In April 2021, we announced that Royalty Pharma had acquired our royalty
interest in Alnylam's OXLUMO for an upfront cash payment of $180.0 million,
which was received in April 2021, and up to $60.0 million in contingent
sales-based milestone payments.
In the future, we may generate revenue from a combination of research and
development payments, license fees and other upfront payments, milestone
payments, product sales, and royalties in connection with our current or future
collaborations with partners, and product sales from our internally developed
products. We expect that any revenue we generate will fluctuate in future
periods as a result of the timing of our or our collaborators' achievement of
preclinical, clinical, regulatory, and commercialization milestones, to the
extent achieved, the timing and amount of any payments to us relating to such
milestones, and the extent to which any of our product candidates are approved
and successfully commercialized by us or a collaborator. Delays in or changes to
the research and development plans and timelines related to our collaboration
agreements are likely due to the COVID-19 pandemic. Because we recognize the
majority of our collaboration revenue on a cost-to-cost measure of progress,
revenues recognized in the near-term may be lower than originally anticipated
and could be recognized over an extended period of time as a result.

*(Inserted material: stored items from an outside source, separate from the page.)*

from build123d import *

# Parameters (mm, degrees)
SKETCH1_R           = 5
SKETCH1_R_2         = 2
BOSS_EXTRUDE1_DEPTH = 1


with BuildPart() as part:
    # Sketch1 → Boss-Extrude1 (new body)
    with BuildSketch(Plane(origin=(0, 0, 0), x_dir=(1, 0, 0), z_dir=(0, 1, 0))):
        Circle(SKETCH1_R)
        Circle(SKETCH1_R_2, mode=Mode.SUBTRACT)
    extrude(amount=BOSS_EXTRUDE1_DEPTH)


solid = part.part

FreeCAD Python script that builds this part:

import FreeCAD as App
import Part
import Sketcher

doc = App.newDocument("Part")
body = doc.addObject("PartDesign::Body", "Body")

sketch1 = body.newObject("Sketcher::SketchObject", "Sketch")
sketch1.AttachmentSupport = (doc.getObject("XZ_Plane"), [""])
sketch1.MapMode = "FlatFace"
sketch1.addGeometry(Part.Circle(App.Vector(0, 0, 0), App.Vector(0, 0, 1), 5), False)
sketch1.addGeometry(Part.Circle(App.Vector(0, 0, 0), App.Vector(0, 0, 1), 2), False)
sketch1.addConstraint(Sketcher.Constraint("Coincident", 0, 3, -1, 1))
sketch1.addConstraint(Sketcher.Constraint("Coincident", 1, 3, -1, 1))
sketch1.addConstraint(Sketcher.Constraint("Diameter", 0, 10.0))
sketch1.addConstraint(Sketcher.Constraint("Diameter", 1, 4.0))
pad1 = body.newObject("PartDesign::Pad", "Pad")
pad1.Profile = sketch1
pad1.Length = 1
pad1.Reversed = True

doc.recompute()
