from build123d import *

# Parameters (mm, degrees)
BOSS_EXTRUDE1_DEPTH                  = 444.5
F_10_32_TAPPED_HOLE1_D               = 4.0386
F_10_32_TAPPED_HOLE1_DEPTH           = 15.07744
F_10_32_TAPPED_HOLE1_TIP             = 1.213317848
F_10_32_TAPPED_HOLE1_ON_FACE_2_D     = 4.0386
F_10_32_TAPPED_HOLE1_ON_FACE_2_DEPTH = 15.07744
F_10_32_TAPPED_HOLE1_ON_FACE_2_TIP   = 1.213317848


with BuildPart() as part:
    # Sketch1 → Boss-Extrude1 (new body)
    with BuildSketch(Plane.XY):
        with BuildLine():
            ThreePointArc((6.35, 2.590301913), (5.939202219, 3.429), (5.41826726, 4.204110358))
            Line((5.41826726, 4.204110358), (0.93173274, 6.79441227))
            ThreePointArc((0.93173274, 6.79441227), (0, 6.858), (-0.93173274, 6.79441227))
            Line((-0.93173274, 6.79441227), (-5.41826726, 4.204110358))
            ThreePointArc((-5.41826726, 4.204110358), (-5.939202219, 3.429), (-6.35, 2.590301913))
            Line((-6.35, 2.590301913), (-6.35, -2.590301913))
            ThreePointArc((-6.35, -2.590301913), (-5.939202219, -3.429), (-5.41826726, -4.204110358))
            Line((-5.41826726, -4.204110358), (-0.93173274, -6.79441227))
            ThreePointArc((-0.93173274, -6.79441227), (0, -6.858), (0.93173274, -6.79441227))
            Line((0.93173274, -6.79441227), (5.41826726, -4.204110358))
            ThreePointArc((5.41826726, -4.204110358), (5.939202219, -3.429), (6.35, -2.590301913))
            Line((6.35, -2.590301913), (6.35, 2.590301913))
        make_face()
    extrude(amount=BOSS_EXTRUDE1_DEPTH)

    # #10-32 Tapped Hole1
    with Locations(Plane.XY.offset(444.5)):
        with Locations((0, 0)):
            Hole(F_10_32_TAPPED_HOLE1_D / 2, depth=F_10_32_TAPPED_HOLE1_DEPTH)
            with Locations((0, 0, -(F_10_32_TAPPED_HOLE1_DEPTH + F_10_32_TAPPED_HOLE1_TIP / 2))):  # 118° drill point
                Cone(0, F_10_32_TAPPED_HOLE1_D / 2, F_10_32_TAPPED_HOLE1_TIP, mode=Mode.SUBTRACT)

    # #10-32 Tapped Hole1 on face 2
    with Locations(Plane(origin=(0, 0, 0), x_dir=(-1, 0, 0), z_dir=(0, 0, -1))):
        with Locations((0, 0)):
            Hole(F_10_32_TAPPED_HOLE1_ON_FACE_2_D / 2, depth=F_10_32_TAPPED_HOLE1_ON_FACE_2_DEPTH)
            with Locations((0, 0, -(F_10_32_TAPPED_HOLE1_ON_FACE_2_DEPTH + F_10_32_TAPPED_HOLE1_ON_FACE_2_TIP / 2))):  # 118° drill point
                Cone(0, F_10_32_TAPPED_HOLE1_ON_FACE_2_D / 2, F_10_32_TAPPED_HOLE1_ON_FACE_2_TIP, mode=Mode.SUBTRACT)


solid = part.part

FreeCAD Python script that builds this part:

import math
import FreeCAD as App
import Part
import Sketcher
from FreeCAD import Vector
Q = App.Units.Quantity

doc = App.newDocument("Part")
body = doc.addObject("PartDesign::Body", "Body")

# Sketch on XY plane
sketch1 = body.newObject("Sketcher::SketchObject", "Sketch")
sketch1.AttachmentSupport = (doc.getObject("XY_Plane"), [""])
sketch1.MapMode = "FlatFace"
sketch1.addGeometry(Part.ArcOfCircle(Part.Circle(Vector(0, 0, 0), Vector(0, 0, 1), 6.9), math.radians(22.19), math.radians(37.81)), False)
sketch1.addGeometry(Part.LineSegment(Vector(5.4, 4.2, 0), Vector(0.9, 6.8, 0)), False)
sketch1.addGeometry(Part.ArcOfCircle(Part.Circle(Vector(0, 0, 0), Vector(0, 0, 1), 6.9), math.radians(82.19), math.radians(97.81)), False)
sketch1.addGeometry(Part.LineSegment(Vector(-0.9, 6.8, 0), Vector(-5.4, 4.2, 0)), False)
sketch1.addGeometry(Part.ArcOfCircle(Part.Circle(Vector(0, 0, 0), Vector(0, 0, 1), 6.9), math.radians(142.19), math.radians(157.81)), False)
sketch1.addGeometry(Part.LineSegment(Vector(-6.3, 2.6, 0), Vector(-6.3, -2.6, 0)), False)
sketch1.addGeometry(Part.ArcOfCircle(Part.Circle(Vector(0, 0, 0), Vector(0, 0, 1), 6.9), math.radians(-157.81), math.radians(-142.19)), False)
sketch1.addGeometry(Part.LineSegment(Vector(-5.4, -4.2, 0), Vector(-0.9, -6.8, 0)), False)
sketch1.addGeometry(Part.ArcOfCircle(Part.Circle(Vector(0, 0, 0), Vector(0, 0, 1), 6.9), math.radians(-97.81), math.radians(-82.19)), False)
sketch1.addGeometry(Part.LineSegment(Vector(0.9, -6.8, 0), Vector(5.4, -4.2, 0)), False)
sketch1.addGeometry(Part.ArcOfCircle(Part.Circle(Vector(0, 0, 0), Vector(0, 0, 1), 6.9), math.radians(-37.81), math.radians(-22.19)), False)
sketch1.addGeometry(Part.LineSegment(Vector(6.3, -2.6, 0), Vector(6.3, 2.6, 0)), False)
sketch1.addConstraint(Sketcher.Constraint("Coincident", 0, 2, 1, 1))
sketch1.addConstraint(Sketcher.Constraint("Coincident", 1, 2, 2, 1))
sketch1.addConstraint(Sketcher.Constraint("Coincident", 2, 2, 3, 1))
sketch1.addConstraint(Sketcher.Constraint("Coincident", 3, 2, 4, 1))
sketch1.addConstraint(Sketcher.Constraint("Coincident", 4, 2, 5, 1))
sketch1.addConstraint(Sketcher.Constraint("Coincident", 5, 2, 6, 1))
sketch1.addConstraint(Sketcher.Constraint("Coincident", 6, 2, 7, 1))
sketch1.addConstraint(Sketcher.Constraint("Coincident", 7, 2, 8, 1))
sketch1.addConstraint(Sketcher.Constraint("Coincident", 8, 2, 9, 1))
sketch1.addConstraint(Sketcher.Constraint("Coincident", 9, 2, 10, 1))
sketch1.addConstraint(Sketcher.Constraint("Coincident", 10, 2, 11, 1))
sketch1.addConstraint(Sketcher.Constraint("Coincident", 11, 2, 0, 1))
sketch1.addConstraint(Sketcher.Constraint("Vertical", 5))
sketch1.addConstraint(Sketcher.Constraint("Vertical", 11))
sketch1.addConstraint(Sketcher.Constraint("Coincident", 0, 3, -1, 1))
sketch1.addConstraint(Sketcher.Constraint("Coincident", 2, 3, -1, 1))
sketch1.addConstraint(Sketcher.Constraint("Coincident", 4, 3, -1, 1))
sketch1.addConstraint(Sketcher.Constraint("Coincident", 6, 3, -1, 1))
sketch1.addConstraint(Sketcher.Constraint("Coincident", 8, 3, -1, 1))
sketch1.addConstraint(Sketcher.Constraint("Coincident", 10, 3, -1, 1))
sketch1.addConstraint(Sketcher.Constraint("Equal", 0, 2))
sketch1.addConstraint(Sketcher.Constraint("Equal", 2, 4))
sketch1.addConstraint(Sketcher.Constraint("Equal", 4, 6))
sketch1.addConstraint(Sketcher.Constraint("Equal", 6, 8))
sketch1.addConstraint(Sketcher.Constraint("Equal", 8, 10))
sketch1.addConstraint(Sketcher.Constraint("Parallel", 1, 7))
sketch1.addConstraint(Sketcher.Constraint("Parallel", 3, 9))
sketch1.addConstraint(Sketcher.Constraint("Horizontal", 1, 2, 2, 2))
sketch1.addConstraint(Sketcher.Constraint("Horizontal", 0, 2, 3, 2))
sketch1.addConstraint(Sketcher.Constraint("Horizontal", 7, 2, 8, 2))
sketch1.addConstraint(Sketcher.Constraint("Horizontal", 5, 2, 10, 2))
sketch1.addConstraint(Sketcher.Constraint("Vertical", 3, 2, 6, 2))
sketch1.addConstraint(Sketcher.Constraint("Radius", 0, Q("0.27 in")))
sketch1.addConstraint(Sketcher.Constraint("Angle", 1, Q("150 deg")))
sketch1.addConstraint(Sketcher.Constraint("DistanceX", 4, 2, -1, 1, Q("0.25 in")))
sketch1.addConstraint(Sketcher.Constraint("DistanceX", 2, 2, 0, 2, Q("0.25 in")))
pad1 = body.newObject("PartDesign::Pad", "Pad")
pad1.Profile = sketch1
pad1.Length = Q("17.5 in")

# Sketch on XY plane
sketch2 = body.newObject("Sketcher::SketchObject", "Sketch001")
sketch2.AttachmentSupport = (doc.getObject("XY_Plane"), [""])
sketch2.MapMode = "FlatFace"
sketch2.AttachmentOffset = App.Placement(Vector(0, 0, 17.5 * 25.4), App.Rotation())
sketch2.addGeometry(Part.Circle(Vector(0, 0, 0), Vector(0, 0, 1), 2), False)
sketch2.addConstraint(Sketcher.Constraint("Coincident", 0, 3, -1, 1))
sketch2.addConstraint(Sketcher.Constraint("Diameter", 0, Q("0.159 in")))
doc.recompute()
hole = body.newObject("PartDesign::Hole", "Hole")
hole.Profile = sketch2
hole.ThreadType = "None"
hole.Diameter = Q("0.159 in")
hole.DepthType = "Dimension"
hole.Depth = Q("0.5936 in")
hole.DrillPoint = "Angled"
hole.DrillPointAngle = 118

# Sketch on XY plane
sketch3 = body.newObject("Sketcher::SketchObject", "Sketch002")
sketch3.AttachmentSupport = (doc.getObject("XY_Plane"), [""])
sketch3.MapMode = "FlatFace"
sketch3.addGeometry(Part.Circle(Vector(0, 0, 0), Vector(0, 0, 1), 2), False)
sketch3.addConstraint(Sketcher.Constraint("Coincident", 0, 3, -1, 1))
sketch3.addConstraint(Sketcher.Constraint("Diameter", 0, Q("0.159 in")))
doc.recompute()
hole2 = body.newObject("PartDesign::Hole", "Hole001")
hole2.Profile = sketch3
hole2.ThreadType = "None"
hole2.Diameter = Q("0.159 in")
hole2.DepthType = "Dimension"
hole2.Depth = Q("0.5936 in")
hole2.DrillPoint = "Angled"
hole2.DrillPointAngle = 118
hole2.Reversed = True

doc.recompute()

Research and development expenses
Research and development expenses consist of costs associated with our research
activities, including discovery and development of our molecules and drug
delivery technologies, clinical and preclinical development activities, and
research activities under our research collaboration and license agreements. Our
research and development expenses include:
•direct research and development expenses incurred under arrangements with third
parties, such as contract research organizations, contract manufacturing
organizations, and consultants;
•platform-related expenses, including discovery research, lab supplies, license
fees, and consultants;
•employee-related expenses, including salaries, benefits, and stock-based
compensation expense; and
•facilities, depreciation, and other allocated expenses, which include direct
and allocated expenses for rent, maintenance of facilities, and information
technology; depreciation of leasehold improvements and equipment; and laboratory
and other supplies.
We expense research and development costs as they are incurred. We account for
non-refundable advance payments for goods and services that will be used in
future research and development activities as expenses when the service has been
performed or when the goods have been received. A significant portion of our
research and development costs are not tracked by project, as they benefit
multiple projects or our technology platform.
Delays in or changes to our research and development plans and timelines, which
impact both our internal and external resources, have occurred and may continue
to occur due to the COVID-19 pandemic. Internally, throughout 2020, we were
impacted by mandatory work from home edicts directed by the local governments in
the jurisdictions in which we operate. However, essential work exemptions
continued to permit critical research and development and laboratory activities
for limited personnel. Those exemptions enabled some continued discovery
research and activities supporting our collaborative agreements and our own
programs. We also anticipate that the timing of hiring additional personnel may
shift into later periods than initially anticipated. Externally, a number of our
clinical trial sites have delayed and may continue to delay trial-related
activities as a result of COVID-19. Any of these factors could cause the timing
of the research and development expenses we expect to incur to shift into later
periods and have the potential to cause us to expend more funds than originally
contemplated as a result of needing to extend clinical development activities.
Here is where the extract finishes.